Authors: Horace Walpole

  • Last updated on December 10, 2021

Last reviewed: June 2018

English novelist, essayist, and historian.

September 24, 1717

London, England

March 2, 1797

London, England


A brilliant essayist, historian, and letter writer, as well as a notable novelist, dramatist, and amateur antiquary, Horace (christened Horatio) Walpole was born in London on September 24, 1717. He was the third son and youngest child of Catherine Shorter and the great eighteenth-century British prime minister Sir Robert Walpole. Horace Walpole was raised at Houghton Hall, a miniature palace that had an art collection rivaling the best in Italy and a semi-naturalistic garden that provided young Walpole with a frame of mind through which he later looked on life.

Portrait of Horace Walpole.

By John Giles Eccardt, Public domain, via Wikimedia Commons

At the age of ten Walpole was sent to Eton, where he formed friendships with boys such as Thomas Ashton, Thomas Gray, and Richard West and belonged to the Quadruple Alliance, a literary group whose members included Gray and West. This involvement stimulated Walpole’s love of literature. After graduating from Eton, Walpole went to Cambridge University. In March of 1739 he left Cambridge without earning a degree and invited Gray to be his companion on a grand tour of continental Europe, which lasted about two and a half years. The grand tour has been regarded as one of the major events of Walpole’s life. It gave him the friendship of the famous American Horace Mann, whom Walpole met in Florence and with whom he corresponded extensively for the next fifty years of his life, although he never saw him again; his correspondence with Mann was the largest of his many correspondences. The tour also furnished Walpole with the friendship of John Chute, who later helped him design his toy castle Strawberry Hill, and with a perspective from which he would later create the Italian settings for The Castle of Otranto (1765) and The Mysterious Mother (1768).
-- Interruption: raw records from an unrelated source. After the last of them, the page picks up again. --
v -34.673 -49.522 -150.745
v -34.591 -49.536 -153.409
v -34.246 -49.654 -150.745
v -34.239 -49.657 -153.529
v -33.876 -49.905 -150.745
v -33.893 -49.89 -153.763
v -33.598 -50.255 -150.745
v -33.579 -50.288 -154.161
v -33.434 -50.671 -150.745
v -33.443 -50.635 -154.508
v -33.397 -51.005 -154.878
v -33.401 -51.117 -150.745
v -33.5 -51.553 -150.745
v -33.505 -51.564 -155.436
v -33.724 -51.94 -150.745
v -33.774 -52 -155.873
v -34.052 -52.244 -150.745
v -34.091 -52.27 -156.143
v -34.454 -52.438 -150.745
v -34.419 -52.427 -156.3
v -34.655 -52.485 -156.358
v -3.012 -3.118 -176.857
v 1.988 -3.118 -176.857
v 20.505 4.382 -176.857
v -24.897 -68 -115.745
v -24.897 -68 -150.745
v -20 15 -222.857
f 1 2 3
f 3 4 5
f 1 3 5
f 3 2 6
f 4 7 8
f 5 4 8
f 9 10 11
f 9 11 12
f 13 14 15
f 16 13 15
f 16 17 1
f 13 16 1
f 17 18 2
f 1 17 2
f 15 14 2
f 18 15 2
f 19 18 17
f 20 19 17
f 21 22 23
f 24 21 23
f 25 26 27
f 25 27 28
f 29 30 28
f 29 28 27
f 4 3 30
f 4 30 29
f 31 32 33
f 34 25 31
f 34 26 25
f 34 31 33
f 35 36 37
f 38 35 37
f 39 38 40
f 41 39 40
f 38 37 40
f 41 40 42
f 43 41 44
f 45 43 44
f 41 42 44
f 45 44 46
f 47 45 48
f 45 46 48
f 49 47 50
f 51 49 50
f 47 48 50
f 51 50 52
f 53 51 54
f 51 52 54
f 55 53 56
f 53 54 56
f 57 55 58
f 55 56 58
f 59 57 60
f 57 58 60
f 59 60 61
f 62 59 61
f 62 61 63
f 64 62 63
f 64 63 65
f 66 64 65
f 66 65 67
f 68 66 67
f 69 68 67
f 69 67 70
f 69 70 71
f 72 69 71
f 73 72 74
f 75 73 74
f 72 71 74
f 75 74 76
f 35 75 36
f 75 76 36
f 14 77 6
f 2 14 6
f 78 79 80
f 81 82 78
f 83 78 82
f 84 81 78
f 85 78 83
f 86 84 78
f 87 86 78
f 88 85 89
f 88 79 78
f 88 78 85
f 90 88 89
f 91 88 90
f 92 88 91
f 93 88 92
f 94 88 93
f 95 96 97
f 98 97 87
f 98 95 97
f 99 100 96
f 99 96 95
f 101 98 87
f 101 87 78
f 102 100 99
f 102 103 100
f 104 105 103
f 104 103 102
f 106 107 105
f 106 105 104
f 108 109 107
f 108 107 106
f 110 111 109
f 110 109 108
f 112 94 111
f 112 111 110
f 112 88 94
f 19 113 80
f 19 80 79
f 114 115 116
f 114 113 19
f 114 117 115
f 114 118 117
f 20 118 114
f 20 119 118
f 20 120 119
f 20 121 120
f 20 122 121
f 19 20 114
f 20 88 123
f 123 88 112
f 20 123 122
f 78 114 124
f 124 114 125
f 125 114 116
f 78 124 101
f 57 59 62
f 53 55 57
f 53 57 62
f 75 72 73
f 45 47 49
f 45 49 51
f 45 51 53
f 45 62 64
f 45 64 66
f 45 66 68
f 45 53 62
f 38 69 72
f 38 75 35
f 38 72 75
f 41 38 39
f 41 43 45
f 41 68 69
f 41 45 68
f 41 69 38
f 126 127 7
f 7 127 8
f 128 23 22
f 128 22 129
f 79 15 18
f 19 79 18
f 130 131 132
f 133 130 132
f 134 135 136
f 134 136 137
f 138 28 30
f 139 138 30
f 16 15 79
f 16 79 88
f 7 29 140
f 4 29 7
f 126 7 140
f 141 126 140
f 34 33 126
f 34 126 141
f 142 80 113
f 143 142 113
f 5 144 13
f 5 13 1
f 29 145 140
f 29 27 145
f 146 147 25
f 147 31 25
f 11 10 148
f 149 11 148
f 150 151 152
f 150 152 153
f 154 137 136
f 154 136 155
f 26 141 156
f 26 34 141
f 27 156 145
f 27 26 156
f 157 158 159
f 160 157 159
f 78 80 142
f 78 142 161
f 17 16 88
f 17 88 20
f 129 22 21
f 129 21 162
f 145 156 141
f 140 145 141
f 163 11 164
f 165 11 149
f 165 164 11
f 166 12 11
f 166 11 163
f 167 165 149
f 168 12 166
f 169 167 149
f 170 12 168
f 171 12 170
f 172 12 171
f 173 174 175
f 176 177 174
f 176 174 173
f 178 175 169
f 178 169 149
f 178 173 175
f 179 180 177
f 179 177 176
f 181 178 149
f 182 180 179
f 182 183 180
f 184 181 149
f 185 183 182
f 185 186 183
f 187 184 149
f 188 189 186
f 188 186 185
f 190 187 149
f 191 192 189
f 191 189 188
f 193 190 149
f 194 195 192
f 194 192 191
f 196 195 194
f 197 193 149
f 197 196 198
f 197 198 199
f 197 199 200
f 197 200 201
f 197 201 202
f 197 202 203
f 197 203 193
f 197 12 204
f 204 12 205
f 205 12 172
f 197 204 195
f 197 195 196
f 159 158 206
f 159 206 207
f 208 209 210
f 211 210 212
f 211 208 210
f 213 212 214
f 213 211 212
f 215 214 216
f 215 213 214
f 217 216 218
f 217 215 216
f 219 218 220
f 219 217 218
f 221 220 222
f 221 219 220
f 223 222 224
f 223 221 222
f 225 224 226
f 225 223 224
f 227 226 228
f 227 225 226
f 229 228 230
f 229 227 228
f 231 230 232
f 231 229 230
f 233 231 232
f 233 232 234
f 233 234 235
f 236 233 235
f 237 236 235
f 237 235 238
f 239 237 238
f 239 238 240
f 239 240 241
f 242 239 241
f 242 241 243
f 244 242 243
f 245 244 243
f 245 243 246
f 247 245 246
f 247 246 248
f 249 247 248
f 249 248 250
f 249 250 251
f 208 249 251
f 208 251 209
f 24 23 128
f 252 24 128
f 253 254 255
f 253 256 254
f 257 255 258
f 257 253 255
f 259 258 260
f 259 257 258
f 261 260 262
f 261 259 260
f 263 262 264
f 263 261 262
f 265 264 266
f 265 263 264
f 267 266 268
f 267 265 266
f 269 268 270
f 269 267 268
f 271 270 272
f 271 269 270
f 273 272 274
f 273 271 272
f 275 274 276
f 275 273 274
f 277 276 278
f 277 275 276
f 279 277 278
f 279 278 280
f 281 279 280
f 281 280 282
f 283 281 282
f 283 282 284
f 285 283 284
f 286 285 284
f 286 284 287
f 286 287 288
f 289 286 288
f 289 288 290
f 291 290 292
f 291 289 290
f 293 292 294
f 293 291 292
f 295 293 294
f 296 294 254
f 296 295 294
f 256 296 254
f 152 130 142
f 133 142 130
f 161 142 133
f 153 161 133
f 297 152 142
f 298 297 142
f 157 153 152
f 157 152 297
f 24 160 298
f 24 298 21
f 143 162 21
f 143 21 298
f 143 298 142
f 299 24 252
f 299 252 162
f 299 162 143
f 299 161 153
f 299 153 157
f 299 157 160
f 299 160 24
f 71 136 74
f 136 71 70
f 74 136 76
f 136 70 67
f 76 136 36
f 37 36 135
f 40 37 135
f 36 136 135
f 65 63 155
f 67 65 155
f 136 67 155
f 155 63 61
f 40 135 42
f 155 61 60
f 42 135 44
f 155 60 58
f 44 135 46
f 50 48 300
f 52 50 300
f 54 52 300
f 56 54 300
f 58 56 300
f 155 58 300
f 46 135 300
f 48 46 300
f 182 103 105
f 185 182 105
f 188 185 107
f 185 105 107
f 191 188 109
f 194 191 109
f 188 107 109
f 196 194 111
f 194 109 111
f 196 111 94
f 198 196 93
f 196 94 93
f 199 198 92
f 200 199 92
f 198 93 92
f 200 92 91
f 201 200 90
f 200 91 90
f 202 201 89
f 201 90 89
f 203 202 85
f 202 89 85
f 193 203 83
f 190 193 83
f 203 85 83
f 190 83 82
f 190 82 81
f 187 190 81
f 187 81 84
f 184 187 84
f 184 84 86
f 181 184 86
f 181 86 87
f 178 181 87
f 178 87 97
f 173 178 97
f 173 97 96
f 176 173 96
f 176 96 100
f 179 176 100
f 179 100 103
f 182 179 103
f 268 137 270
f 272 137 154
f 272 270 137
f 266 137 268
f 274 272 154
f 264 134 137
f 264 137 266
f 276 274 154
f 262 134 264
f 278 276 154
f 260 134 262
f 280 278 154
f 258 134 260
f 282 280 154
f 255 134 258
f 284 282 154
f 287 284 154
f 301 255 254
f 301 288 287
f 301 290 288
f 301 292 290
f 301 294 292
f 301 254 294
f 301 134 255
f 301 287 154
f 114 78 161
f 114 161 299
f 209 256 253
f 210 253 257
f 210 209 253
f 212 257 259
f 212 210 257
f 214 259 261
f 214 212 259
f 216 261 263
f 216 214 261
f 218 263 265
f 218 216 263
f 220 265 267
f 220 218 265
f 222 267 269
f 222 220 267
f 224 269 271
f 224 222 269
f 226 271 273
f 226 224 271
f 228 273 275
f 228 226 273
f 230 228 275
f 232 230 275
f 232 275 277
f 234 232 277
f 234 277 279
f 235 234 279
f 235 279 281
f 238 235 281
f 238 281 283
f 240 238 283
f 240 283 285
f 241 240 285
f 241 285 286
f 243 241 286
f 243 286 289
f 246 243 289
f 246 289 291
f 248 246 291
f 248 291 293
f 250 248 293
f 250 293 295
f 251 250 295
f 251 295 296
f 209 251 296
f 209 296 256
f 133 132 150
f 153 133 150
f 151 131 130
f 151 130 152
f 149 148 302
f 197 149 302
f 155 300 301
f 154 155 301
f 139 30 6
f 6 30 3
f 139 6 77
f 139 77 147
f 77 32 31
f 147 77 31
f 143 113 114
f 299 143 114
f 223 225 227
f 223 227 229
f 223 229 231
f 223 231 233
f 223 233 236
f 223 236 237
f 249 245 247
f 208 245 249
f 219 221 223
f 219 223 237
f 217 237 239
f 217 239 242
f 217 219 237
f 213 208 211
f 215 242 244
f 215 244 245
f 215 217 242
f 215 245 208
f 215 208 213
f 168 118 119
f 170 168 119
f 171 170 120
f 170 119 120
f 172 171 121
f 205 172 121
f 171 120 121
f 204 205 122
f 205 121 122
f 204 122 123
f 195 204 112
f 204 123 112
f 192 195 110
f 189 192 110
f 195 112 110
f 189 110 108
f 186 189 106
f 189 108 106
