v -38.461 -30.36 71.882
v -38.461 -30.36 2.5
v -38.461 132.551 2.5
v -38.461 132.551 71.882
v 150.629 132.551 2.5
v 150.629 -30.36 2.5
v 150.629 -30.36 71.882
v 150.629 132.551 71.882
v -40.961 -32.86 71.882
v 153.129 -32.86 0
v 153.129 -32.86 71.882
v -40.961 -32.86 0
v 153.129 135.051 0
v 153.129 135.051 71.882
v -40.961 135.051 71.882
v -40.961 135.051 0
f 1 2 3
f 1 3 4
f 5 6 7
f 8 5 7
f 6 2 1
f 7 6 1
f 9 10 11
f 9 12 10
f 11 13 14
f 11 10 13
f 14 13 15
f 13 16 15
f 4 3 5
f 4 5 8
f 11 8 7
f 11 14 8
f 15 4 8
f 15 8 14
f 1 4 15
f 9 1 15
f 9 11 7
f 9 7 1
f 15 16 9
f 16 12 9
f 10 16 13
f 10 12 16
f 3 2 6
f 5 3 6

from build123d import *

# Parameters (mm, degrees)
F0_W     = 113.0900681019
F0_H     = 62.9108082503
F1_DEPTH = 71.882
F2_DEPTH = 81
F3_DEPTH = 105
F4_T     = -2.5


with BuildPart() as f1:
    # F0 (on Top) → F1 (new body)
    with BuildSketch(Plane.XY):
        with Locations((15.5839696527, -1.4044689015)):
            Rectangle(F0_W, F0_H)
    extrude(amount=F1_DEPTH)

    # F2 (add): a face of the model
    f2_faces = [f1.faces().sort_by_distance(p)[0] for p in [
        (72.1290037036, -1.4044689015, 35.941),
    ]]
    extrude(f2_faces, amount=F2_DEPTH)

    # F3 (add): a face of the model
    f3_faces = [f1.faces().sort_by_distance(p)[0] for p in [
        (56.0839696527, 30.0509352237, 35.941),
    ]]
    extrude(f3_faces, amount=F3_DEPTH)

    # F4
    f4_openings = [f1.faces().sort_by_distance(p)[0] for p in [
        (56.08397, 51.095531, 71.882),
    ]]
    offset(amount=F4_T, openings=f4_openings)


solid = f1.part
Following his return to England, Walpole became a member of Parliament, serving from 1741 to 1768. In 1748 he purchased a cottage in Twickenham, which for the remainder of his life he spent remodeling into a pseudo-gothic castle. Strawberry Hill became famous as Walpole’s home, as the center of his enthusiasm for gothic architecture, as the home of Strawberry Hill Press, and as a kind of park-museum-showplace. Through his work on Strawberry Hill, Walpole—an eighteenth-century celebrity who knew everybody and went everywhere—was to make a name for himself as a gardener and an architect. His tragic drama, The Mysterious Mother, a punishment dream, was published by Strawberry Hill Press, but his famous gothic novel The Castle of Otranto was not.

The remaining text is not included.